Both causes are straight out of a Hollywood sci-fi movie and it’s right for the whole world to say to China: “What went on in your country that now is so interdependently linked to the rest of the world?”

It was OK in Chairman Mao’s days, when the place was closed and the world’s biggest population played their Communist ways and days in virtual isolation. As a country and economy China was ignore-able but not today.

With Irish Catholic and Scottish Presbyterian grandparents, I have a natural comfort with revenge. I know Switzer sounds Germanic but there was a famous Dublin department store called Switzers, which all Irish-based immigrant families like to point to underline their connection to the Emerald Isle.

That said, you have to be careful of revenge when the target is a big kahuna like China, whose demand and capacity to buy stuff can’t be ignored for the world economy first and our economy next.

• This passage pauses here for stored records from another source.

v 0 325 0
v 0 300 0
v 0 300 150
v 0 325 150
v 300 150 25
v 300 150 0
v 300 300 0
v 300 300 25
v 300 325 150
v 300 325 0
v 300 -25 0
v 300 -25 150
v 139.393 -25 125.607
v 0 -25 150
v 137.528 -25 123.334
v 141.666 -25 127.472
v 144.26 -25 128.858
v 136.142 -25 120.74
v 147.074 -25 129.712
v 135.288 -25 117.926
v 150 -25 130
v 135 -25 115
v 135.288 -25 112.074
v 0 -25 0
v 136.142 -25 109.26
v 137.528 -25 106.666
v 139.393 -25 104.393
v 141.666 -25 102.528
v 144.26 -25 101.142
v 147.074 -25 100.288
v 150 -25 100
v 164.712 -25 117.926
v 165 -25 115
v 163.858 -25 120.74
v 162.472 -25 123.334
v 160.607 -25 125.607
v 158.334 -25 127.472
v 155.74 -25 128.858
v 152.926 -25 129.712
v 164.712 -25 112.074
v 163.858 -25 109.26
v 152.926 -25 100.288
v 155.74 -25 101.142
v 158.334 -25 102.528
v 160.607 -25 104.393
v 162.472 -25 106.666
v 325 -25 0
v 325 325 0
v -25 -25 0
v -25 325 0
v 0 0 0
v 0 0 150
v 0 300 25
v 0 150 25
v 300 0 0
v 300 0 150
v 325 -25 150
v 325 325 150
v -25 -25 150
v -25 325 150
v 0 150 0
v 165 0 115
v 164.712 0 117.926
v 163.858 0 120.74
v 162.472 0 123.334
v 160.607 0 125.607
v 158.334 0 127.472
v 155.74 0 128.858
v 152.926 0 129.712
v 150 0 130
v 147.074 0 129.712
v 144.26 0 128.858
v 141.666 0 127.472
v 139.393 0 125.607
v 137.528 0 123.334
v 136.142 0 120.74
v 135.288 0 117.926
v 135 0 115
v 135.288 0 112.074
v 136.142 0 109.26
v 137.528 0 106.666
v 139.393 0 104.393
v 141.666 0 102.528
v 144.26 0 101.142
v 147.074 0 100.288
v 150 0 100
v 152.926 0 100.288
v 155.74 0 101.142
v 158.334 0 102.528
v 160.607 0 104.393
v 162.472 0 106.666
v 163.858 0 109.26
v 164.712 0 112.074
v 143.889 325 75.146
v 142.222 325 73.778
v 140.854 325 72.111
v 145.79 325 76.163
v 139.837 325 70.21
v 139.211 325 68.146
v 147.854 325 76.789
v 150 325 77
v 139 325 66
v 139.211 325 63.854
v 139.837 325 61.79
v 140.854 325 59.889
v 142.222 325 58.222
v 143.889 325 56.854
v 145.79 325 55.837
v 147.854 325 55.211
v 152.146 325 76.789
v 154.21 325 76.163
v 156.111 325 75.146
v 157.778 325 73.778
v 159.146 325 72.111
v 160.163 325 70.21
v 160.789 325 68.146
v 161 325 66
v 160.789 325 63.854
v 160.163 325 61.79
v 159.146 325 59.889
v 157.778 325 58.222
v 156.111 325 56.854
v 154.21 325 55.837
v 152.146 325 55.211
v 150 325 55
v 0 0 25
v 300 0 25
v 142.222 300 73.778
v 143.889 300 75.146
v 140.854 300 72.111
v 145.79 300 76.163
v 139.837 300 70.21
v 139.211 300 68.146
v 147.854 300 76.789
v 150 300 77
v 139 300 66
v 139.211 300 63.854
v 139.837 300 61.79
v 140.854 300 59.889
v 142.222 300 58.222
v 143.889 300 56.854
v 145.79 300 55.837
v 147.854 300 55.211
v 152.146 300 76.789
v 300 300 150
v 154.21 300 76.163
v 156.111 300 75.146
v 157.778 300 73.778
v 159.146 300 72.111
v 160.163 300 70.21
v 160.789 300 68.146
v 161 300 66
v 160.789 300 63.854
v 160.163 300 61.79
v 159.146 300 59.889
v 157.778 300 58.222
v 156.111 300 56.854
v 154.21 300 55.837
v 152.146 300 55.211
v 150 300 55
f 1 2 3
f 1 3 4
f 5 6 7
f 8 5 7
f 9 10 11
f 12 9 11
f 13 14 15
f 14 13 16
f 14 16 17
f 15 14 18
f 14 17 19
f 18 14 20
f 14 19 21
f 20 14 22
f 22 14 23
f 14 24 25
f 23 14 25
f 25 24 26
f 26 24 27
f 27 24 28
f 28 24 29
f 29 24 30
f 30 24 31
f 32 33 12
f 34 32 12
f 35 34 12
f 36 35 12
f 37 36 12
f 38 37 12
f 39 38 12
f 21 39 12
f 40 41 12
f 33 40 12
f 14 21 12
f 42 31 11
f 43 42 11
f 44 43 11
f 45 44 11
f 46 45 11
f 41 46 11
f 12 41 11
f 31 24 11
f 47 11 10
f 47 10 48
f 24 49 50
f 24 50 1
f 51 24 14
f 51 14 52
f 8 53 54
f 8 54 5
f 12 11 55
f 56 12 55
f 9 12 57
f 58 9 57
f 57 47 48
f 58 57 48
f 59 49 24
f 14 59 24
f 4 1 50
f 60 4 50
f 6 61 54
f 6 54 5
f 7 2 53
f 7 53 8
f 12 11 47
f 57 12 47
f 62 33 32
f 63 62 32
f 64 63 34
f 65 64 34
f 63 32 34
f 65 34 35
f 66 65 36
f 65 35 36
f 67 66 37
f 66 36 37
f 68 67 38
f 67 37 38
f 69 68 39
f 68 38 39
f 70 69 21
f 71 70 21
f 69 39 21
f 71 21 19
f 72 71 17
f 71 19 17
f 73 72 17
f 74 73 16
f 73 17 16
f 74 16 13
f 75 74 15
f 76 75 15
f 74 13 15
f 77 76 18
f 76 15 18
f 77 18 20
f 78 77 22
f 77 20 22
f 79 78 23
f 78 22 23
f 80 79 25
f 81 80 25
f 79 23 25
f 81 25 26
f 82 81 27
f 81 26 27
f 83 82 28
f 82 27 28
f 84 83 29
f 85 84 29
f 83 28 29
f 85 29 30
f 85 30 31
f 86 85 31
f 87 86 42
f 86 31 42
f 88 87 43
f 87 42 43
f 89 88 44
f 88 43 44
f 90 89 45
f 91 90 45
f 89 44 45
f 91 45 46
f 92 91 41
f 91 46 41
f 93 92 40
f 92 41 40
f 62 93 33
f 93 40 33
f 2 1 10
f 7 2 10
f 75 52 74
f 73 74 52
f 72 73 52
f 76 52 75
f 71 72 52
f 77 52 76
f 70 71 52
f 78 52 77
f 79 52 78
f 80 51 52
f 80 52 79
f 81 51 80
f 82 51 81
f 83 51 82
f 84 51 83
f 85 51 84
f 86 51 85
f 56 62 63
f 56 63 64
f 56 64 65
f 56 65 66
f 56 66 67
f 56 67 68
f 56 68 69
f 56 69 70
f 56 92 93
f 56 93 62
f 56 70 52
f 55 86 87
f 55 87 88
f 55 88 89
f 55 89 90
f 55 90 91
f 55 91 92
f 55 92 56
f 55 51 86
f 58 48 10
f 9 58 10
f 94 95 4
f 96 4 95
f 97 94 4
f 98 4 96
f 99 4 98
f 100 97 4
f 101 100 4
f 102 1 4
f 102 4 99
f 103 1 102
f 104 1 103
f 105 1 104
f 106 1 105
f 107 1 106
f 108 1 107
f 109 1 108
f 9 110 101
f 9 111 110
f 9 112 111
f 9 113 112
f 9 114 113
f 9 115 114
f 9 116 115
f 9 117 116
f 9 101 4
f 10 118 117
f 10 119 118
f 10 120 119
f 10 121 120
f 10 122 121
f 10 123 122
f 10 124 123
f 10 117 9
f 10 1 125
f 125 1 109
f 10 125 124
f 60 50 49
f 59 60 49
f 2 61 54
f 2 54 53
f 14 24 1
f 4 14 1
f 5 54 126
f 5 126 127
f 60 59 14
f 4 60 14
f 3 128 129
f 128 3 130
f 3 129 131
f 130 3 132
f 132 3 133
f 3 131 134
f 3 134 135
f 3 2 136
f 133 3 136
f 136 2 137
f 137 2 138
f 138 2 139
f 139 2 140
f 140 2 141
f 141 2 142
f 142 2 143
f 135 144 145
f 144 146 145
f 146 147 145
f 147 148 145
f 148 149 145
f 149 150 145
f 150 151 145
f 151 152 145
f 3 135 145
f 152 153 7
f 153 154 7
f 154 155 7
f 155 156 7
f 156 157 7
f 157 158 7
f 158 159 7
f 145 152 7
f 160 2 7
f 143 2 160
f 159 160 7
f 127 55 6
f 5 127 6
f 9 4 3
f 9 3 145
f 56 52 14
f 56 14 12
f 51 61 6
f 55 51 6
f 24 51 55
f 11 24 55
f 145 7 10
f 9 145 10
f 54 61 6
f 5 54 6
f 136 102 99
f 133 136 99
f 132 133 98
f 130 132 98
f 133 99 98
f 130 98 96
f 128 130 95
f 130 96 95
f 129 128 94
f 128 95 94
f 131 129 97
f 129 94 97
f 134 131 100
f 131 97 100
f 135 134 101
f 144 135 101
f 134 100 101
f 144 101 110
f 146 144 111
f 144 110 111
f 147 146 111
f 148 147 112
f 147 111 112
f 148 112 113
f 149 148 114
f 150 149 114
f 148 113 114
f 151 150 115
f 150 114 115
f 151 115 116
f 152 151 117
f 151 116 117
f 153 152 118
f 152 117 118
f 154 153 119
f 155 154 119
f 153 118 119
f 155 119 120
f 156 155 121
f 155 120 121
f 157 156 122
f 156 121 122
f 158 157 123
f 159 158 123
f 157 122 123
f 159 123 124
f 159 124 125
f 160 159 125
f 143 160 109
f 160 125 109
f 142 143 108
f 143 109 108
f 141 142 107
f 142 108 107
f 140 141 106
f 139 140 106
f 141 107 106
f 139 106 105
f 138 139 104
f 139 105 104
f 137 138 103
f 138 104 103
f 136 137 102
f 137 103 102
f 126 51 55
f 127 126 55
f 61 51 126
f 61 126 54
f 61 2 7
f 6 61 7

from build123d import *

# Parameters (mm, degrees)
F0_W     = 300
F0_H     = 150
F1_DEPTH = 25
F2_DEPTH = 25
F0_H_2   = 25
F3_DEPTH = 150
F4_DEPTH = 150
F6_DEPTH = 25
F7_R     = 15
F8_DEPTH = 25


with BuildPart() as f1:
    # F0 (on Top) → F1 (new body)
    with BuildSketch(Plane.XY):
        with Locations((150, 75)):
            Rectangle(F0_W, F0_H)
    extrude(amount=F1_DEPTH)


with BuildPart() as f2:
    # F0 (on Top) → F2 (new body)
    with BuildSketch(Plane.XY):
        with Locations((150, 225)):
            Rectangle(F0_W, F0_H)
    extrude(amount=F2_DEPTH)


with BuildPart() as f3:
    # F0 (on Top) → F3 (new body)
    with BuildSketch(Plane.XY):
        with Locations((150, 312.5)):
            Rectangle(F0_W, F0_H_2)
        with Locations((150, -12.5)):
            Rectangle(F0_W, F0_H_2)
    extrude(amount=F3_DEPTH)

    # F5 (on face) → F6 (cut, through all)
    with BuildSketch(Plane(origin=(0, 325, 0), x_dir=(-1, 0, 0), z_dir=(0, 1, 0))):
        with BuildLine():
            ThreePointArc((-161, 66), (-150, 55), (-139, 66))
            Line((-139, 66), (-161, 66))
        make_face()
        with BuildLine():
            Line((-161, 66), (-139, 66))
            ThreePointArc((-139, 66), (-150, 77), (-161, 66))
        make_face()
    extrude(amount=-F6_DEPTH, mode=Mode.SUBTRACT)

    # F7 (on face) → F8 (cut, through all)
    with BuildSketch(Plane.XZ.offset(25)):
        with Locations((150, 115)):
            Circle(F7_R)
    extrude(amount=-F8_DEPTH, mode=Mode.SUBTRACT)


with BuildPart() as f4:
    # F0 (on Top) → F4 (new body)
    with BuildSketch(Plane.XY):
        Polygon((300, 150), (300, 0), (300, -25), (325, -25), (325, 325), (300, 325), (300, 300), align=None)
        Polygon((0, -25), (0, 0), (0, 150), (0, 300), (0, 325), (-25, 325), (-25, -25), align=None)
    extrude(amount=F4_DEPTH)


solid = Compound([f1.part, f2.part, f3.part, f4.part])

We are an economy that thrives on trade, being resource-rich and population poor in numbers.

A big, rebounding world economy in late 2020 rolling into 2021, where the IMF and RBA tells us we could be growing by over 6% is huge! Wondering about these optimistic calls, I interviewed former Treasury boffin and now chief economist at Industry Super Australia, Stephen Anthony, who’s no softy number cruncher. And Stephen agrees with these pretty positive calls on the economy going forward.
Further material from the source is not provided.